■ Task details:
Exactly the lines from the opening of the data through the line containing "extrude(amount=BOSS_EXTRUDE1_DEPTH)" should be reproduced, please, with nothing added.
━━━ Source material ━━━
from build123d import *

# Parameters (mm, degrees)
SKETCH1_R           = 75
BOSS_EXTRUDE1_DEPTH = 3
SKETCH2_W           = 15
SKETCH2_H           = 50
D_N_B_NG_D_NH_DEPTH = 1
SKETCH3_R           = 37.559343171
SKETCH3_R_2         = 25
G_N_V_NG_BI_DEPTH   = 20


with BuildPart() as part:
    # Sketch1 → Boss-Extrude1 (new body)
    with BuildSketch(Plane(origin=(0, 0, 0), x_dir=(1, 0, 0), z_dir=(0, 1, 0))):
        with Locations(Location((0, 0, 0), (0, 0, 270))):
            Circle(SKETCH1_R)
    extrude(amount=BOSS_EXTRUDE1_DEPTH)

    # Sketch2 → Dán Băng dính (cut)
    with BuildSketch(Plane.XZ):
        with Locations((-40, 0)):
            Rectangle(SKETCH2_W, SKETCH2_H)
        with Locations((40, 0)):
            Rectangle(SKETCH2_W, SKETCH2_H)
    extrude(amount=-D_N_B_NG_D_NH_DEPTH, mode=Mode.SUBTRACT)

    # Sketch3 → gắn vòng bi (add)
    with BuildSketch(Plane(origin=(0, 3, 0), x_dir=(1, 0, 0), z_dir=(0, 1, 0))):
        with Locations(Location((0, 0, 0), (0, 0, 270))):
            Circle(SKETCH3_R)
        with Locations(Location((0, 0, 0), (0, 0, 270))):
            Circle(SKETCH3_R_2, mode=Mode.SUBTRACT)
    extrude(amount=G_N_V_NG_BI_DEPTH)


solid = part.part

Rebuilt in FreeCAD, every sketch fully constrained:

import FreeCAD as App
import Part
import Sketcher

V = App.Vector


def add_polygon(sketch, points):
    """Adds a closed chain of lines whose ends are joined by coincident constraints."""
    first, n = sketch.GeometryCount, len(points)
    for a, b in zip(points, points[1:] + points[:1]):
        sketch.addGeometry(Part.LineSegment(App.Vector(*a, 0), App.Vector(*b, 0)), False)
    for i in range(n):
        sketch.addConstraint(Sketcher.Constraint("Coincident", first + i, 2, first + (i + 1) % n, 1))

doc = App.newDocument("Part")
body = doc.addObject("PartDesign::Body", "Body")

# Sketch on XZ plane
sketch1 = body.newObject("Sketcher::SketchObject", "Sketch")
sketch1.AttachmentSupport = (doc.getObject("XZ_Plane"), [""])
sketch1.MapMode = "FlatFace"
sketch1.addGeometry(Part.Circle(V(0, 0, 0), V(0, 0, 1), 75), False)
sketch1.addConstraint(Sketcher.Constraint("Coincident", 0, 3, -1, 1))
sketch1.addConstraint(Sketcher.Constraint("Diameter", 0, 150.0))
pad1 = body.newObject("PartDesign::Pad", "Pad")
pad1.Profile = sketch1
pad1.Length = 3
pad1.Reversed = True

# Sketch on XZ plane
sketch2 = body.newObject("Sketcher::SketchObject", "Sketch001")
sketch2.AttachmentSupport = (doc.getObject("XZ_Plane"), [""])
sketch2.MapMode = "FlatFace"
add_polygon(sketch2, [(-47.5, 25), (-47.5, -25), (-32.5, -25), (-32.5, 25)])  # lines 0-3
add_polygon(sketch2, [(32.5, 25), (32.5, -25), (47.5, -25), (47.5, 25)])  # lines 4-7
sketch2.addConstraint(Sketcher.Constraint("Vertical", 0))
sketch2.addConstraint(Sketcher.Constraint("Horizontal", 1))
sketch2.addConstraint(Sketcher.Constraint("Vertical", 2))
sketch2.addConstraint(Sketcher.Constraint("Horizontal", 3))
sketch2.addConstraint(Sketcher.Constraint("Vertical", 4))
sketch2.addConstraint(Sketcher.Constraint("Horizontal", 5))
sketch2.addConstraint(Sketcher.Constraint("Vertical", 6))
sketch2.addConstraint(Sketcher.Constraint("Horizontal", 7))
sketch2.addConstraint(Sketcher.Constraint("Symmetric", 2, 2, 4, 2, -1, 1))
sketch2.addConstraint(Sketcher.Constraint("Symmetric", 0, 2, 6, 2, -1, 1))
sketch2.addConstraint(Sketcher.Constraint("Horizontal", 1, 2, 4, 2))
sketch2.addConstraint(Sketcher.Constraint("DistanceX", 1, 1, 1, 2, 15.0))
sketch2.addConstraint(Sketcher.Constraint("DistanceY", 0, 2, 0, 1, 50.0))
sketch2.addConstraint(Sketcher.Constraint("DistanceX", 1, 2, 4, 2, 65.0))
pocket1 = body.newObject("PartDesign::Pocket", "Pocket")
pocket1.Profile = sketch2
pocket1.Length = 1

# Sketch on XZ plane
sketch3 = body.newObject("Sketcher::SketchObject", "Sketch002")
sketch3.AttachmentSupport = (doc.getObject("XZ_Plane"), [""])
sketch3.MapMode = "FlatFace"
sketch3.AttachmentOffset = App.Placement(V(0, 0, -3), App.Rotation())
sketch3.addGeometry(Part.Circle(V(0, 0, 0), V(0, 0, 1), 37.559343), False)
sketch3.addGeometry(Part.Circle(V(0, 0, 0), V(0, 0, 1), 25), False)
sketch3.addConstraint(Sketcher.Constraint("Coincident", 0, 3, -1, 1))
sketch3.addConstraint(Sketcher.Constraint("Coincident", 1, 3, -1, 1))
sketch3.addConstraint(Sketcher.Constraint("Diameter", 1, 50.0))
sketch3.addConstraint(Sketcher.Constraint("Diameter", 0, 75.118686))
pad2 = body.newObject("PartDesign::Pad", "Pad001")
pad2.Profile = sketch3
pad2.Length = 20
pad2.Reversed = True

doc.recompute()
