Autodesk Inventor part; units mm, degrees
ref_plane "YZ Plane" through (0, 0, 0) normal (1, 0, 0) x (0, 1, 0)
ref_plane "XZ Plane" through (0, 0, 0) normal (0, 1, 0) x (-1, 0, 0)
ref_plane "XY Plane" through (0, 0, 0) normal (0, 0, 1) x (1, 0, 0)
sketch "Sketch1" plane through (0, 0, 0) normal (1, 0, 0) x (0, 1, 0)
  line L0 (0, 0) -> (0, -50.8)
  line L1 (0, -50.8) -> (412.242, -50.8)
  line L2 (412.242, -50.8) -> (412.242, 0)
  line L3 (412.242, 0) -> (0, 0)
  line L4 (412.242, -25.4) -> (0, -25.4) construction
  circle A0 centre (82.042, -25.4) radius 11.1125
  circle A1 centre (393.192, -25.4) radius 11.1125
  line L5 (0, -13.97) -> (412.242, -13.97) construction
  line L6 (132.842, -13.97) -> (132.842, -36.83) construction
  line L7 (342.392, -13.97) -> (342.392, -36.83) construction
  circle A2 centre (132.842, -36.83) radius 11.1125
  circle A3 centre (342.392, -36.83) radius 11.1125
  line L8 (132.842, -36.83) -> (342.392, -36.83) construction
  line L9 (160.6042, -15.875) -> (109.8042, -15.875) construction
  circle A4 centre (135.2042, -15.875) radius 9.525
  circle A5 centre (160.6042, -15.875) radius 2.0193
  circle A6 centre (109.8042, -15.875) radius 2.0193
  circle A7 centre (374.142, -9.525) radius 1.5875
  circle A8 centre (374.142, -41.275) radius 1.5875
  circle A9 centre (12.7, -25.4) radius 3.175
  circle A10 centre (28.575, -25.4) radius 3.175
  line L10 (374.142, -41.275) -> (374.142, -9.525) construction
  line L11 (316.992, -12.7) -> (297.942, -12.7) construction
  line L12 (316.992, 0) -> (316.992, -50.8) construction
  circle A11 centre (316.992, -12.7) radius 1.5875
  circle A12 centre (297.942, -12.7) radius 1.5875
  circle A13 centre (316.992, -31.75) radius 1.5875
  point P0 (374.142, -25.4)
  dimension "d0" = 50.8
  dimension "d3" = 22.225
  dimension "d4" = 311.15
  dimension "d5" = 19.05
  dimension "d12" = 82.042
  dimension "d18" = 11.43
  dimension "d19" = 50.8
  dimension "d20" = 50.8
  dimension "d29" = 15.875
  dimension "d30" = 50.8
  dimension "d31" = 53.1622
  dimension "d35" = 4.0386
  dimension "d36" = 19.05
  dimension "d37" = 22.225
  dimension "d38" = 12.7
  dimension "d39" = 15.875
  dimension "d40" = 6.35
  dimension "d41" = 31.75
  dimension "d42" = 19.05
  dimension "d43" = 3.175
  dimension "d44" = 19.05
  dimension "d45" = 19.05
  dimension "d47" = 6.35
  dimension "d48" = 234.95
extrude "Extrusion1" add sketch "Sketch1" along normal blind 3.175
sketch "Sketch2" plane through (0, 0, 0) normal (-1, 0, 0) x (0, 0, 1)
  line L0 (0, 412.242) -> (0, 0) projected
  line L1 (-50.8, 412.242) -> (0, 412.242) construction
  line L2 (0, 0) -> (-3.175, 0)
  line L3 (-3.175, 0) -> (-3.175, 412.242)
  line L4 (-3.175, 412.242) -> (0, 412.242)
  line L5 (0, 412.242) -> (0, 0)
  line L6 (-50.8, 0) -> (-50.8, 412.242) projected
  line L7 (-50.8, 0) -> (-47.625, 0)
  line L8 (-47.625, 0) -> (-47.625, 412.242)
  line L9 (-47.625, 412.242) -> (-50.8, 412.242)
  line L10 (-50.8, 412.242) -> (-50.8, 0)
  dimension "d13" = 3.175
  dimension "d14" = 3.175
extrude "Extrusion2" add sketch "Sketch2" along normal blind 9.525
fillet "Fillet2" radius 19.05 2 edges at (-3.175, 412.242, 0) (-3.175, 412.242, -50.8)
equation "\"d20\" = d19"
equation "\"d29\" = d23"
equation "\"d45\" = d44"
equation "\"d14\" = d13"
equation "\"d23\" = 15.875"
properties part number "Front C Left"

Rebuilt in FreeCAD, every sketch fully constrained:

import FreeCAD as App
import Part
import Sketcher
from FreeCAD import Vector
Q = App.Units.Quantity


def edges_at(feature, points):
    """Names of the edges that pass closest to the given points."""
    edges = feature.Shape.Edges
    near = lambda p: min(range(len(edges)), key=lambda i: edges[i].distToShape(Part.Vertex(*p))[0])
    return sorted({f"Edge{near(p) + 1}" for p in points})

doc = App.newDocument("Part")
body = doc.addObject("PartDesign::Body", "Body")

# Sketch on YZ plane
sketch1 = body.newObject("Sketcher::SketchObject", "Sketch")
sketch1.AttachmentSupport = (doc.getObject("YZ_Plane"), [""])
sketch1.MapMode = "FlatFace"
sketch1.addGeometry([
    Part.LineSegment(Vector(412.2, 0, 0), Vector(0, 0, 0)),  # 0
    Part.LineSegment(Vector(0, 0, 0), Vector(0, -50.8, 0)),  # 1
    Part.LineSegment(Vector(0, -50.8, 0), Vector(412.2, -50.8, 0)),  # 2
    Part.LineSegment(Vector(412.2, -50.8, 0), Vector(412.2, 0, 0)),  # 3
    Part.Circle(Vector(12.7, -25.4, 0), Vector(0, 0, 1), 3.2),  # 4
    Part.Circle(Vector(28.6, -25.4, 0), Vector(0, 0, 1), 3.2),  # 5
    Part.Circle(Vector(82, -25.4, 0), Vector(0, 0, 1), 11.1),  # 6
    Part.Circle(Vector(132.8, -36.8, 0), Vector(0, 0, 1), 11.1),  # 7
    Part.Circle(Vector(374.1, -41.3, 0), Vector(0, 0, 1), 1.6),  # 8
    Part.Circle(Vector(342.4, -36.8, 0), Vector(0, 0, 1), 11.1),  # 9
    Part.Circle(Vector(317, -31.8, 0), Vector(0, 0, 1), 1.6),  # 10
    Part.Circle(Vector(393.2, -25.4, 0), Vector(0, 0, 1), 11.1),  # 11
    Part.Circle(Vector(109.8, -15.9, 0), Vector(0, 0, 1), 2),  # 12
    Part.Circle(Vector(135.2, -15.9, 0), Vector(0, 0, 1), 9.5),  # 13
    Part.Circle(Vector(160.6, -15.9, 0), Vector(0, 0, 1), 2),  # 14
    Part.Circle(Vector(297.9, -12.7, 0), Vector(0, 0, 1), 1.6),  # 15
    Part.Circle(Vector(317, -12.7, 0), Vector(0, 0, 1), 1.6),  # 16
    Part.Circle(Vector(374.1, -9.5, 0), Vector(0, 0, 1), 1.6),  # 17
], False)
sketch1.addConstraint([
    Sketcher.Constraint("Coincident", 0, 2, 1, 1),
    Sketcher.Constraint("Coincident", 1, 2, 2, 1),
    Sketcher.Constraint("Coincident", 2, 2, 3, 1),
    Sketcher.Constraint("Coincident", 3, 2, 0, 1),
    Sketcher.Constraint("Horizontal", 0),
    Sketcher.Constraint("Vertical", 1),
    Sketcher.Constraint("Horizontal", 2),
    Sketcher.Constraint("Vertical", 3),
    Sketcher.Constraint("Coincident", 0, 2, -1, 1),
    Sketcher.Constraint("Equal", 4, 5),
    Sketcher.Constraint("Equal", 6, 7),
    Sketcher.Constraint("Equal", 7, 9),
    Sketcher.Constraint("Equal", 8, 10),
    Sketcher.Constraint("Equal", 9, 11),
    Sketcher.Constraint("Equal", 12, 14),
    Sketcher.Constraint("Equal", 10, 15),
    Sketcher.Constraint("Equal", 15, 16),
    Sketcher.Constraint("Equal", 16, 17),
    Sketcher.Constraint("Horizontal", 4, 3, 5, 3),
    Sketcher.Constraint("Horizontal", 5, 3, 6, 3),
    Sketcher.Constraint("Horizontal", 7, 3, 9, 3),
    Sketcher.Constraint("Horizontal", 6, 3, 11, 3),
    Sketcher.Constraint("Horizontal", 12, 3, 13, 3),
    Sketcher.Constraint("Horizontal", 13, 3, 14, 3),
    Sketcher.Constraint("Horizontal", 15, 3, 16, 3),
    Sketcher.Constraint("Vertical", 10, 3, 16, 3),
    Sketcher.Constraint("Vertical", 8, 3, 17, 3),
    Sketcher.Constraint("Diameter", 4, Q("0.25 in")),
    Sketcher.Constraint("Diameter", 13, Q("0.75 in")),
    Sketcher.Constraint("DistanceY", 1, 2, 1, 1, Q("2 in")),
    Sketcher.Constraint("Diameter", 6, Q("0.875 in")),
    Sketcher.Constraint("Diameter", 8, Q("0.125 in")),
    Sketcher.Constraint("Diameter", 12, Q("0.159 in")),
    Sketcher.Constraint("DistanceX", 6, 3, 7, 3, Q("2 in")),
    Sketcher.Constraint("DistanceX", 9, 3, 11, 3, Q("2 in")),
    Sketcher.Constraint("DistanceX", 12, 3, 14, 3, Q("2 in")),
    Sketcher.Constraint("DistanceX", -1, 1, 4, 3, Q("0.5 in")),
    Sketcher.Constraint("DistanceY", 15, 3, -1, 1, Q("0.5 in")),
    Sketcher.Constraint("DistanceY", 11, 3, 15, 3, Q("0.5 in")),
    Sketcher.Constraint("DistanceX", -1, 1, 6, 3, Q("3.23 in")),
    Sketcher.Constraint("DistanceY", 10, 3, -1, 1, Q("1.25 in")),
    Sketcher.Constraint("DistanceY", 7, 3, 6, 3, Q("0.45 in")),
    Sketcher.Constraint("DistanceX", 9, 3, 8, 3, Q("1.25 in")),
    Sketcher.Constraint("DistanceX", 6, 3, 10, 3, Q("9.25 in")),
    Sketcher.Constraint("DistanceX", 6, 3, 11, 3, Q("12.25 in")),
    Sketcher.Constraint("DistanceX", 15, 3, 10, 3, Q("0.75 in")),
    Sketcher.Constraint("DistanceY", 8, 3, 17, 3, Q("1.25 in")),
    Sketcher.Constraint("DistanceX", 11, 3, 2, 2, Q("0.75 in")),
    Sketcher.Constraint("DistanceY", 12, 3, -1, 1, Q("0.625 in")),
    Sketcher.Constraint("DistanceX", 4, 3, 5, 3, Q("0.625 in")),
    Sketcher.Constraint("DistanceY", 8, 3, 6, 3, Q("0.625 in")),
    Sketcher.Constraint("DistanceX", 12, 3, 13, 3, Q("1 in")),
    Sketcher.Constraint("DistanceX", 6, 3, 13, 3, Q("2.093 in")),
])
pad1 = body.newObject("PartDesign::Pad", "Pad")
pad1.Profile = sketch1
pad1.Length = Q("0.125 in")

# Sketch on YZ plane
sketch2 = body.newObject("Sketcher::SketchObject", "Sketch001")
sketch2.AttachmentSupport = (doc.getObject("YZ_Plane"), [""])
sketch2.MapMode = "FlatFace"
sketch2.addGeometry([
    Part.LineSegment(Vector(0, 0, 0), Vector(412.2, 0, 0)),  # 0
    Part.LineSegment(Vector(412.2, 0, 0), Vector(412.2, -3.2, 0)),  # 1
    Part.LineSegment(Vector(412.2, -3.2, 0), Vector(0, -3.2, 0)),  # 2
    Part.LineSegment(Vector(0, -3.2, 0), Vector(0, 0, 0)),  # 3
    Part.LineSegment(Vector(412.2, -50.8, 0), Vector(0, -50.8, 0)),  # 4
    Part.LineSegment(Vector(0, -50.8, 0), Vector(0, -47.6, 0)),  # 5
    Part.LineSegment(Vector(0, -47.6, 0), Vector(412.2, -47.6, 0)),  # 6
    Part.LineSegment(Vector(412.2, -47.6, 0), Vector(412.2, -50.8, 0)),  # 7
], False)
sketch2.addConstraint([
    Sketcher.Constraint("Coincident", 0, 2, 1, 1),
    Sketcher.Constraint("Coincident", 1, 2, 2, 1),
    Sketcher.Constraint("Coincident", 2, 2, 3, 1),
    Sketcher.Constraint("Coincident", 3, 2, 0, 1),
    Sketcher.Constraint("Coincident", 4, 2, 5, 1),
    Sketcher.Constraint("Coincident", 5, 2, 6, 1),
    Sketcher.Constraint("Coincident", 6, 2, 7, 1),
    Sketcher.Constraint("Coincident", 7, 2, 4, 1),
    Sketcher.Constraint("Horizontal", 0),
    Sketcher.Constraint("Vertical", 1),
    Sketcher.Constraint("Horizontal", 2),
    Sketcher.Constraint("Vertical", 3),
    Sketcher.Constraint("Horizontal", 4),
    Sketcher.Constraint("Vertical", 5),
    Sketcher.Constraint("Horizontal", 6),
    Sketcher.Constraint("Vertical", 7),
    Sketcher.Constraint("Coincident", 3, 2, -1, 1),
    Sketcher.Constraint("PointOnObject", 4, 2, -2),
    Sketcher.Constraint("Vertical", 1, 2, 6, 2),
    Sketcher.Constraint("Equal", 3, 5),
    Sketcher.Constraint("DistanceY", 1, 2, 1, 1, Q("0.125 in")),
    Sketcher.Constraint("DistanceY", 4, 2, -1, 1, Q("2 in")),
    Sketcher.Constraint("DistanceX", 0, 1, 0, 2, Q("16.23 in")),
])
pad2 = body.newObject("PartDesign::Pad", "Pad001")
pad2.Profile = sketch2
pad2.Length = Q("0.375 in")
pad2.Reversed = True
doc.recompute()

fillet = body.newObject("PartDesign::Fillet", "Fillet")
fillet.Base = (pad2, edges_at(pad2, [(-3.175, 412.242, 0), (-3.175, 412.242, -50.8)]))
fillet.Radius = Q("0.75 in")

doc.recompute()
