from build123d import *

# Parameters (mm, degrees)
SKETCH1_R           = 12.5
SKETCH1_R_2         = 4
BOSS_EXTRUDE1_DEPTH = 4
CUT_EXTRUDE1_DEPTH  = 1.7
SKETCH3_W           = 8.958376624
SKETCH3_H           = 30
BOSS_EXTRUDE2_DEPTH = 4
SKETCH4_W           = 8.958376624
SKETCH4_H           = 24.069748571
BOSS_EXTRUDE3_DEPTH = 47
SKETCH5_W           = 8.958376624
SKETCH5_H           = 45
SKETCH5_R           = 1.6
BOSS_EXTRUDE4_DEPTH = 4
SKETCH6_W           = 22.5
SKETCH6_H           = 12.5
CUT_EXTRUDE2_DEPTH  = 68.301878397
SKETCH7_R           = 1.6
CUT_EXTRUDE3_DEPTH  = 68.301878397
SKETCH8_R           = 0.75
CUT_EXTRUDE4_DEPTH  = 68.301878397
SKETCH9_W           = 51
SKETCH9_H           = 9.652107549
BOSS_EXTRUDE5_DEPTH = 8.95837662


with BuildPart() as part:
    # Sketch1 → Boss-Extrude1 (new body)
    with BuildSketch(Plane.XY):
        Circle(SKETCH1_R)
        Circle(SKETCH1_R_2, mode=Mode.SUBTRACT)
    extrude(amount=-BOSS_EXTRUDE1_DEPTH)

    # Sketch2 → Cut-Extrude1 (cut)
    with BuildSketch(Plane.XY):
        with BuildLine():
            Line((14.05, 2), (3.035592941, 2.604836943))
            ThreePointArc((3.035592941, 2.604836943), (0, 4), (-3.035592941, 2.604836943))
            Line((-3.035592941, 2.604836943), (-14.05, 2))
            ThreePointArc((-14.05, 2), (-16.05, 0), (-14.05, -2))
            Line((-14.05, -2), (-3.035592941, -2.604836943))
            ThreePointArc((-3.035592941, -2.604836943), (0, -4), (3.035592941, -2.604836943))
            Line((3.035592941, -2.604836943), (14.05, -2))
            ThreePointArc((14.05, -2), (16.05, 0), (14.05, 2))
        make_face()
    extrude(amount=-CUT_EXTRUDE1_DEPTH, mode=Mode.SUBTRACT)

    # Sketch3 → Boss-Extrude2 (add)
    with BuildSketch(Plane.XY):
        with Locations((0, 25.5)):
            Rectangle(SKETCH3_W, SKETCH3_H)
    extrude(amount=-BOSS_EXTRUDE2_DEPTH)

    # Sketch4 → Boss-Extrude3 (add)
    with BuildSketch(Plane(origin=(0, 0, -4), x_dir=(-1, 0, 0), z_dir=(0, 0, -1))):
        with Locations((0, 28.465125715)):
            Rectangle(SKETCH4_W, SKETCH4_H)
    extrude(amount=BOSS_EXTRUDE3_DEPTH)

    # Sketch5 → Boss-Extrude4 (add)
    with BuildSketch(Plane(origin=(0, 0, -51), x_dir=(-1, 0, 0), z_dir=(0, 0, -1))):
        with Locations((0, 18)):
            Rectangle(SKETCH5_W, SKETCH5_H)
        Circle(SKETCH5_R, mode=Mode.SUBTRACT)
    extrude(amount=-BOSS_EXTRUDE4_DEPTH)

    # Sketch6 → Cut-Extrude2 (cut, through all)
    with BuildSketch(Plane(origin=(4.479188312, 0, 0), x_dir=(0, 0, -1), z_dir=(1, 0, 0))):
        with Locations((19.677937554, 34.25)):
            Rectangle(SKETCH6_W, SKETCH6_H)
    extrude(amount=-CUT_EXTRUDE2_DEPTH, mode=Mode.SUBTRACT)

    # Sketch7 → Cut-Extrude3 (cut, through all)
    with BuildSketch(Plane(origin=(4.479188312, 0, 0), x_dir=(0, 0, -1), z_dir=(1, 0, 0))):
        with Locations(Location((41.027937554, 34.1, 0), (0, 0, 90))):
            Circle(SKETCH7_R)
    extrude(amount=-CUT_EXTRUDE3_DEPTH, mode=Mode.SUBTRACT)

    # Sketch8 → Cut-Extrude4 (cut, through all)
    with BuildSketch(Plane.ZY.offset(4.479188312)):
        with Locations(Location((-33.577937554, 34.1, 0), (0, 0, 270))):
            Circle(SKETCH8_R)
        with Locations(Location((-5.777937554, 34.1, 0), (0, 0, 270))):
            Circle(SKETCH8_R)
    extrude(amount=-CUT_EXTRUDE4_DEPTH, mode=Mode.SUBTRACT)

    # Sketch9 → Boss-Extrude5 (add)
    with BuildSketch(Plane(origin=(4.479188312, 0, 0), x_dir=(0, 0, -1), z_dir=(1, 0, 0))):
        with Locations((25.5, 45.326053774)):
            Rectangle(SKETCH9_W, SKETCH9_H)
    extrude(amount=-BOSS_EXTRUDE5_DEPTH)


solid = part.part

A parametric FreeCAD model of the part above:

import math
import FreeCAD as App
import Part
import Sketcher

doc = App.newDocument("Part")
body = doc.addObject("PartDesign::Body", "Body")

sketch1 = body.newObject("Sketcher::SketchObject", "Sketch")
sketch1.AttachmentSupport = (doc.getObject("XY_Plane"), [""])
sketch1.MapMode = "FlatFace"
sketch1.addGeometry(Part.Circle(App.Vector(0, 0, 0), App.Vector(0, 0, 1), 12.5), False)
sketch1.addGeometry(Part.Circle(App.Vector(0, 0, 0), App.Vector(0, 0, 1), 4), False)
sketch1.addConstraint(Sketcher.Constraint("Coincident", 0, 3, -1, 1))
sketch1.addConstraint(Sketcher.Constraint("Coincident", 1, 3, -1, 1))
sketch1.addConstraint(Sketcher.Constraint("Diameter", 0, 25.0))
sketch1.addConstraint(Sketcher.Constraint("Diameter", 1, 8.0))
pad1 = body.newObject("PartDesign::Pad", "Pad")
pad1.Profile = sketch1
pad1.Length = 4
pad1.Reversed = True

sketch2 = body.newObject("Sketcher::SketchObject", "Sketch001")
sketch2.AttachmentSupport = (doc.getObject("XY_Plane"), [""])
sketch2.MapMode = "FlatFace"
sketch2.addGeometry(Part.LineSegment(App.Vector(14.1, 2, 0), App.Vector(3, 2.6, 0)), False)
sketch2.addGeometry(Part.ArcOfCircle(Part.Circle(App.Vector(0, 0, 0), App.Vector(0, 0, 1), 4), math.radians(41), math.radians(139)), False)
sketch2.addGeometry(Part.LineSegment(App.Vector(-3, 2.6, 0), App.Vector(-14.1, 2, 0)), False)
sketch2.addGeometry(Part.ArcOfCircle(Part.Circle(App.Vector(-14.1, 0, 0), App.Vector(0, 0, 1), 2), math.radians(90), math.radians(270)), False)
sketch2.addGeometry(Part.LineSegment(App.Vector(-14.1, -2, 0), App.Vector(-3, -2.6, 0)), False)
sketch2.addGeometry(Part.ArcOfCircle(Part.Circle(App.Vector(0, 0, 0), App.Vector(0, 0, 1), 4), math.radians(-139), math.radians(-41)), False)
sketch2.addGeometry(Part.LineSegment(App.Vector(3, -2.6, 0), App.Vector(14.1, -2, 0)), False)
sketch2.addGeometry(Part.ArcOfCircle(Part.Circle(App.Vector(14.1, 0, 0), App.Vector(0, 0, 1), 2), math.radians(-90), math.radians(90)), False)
━━━
■ Reply:
from build123d import *

# Parameters (mm, degrees)
SKETCH1_R           = 75
BOSS_EXTRUDE1_DEPTH = 3
SKETCH2_W           = 15
SKETCH2_H           = 50
D_N_B_NG_D_NH_DEPTH = 1
SKETCH3_R           = 37.559343171
SKETCH3_R_2         = 25
G_N_V_NG_BI_DEPTH   = 20


with BuildPart() as part:
    # Sketch1 → Boss-Extrude1 (new body)
    with BuildSketch(Plane(origin=(0, 0, 0), x_dir=(1, 0, 0), z_dir=(0, 1, 0))):
        with Locations(Location((0, 0, 0), (0, 0, 270))):
            Circle(SKETCH1_R)
    extrude(amount=BOSS_EXTRUDE1_DEPTH)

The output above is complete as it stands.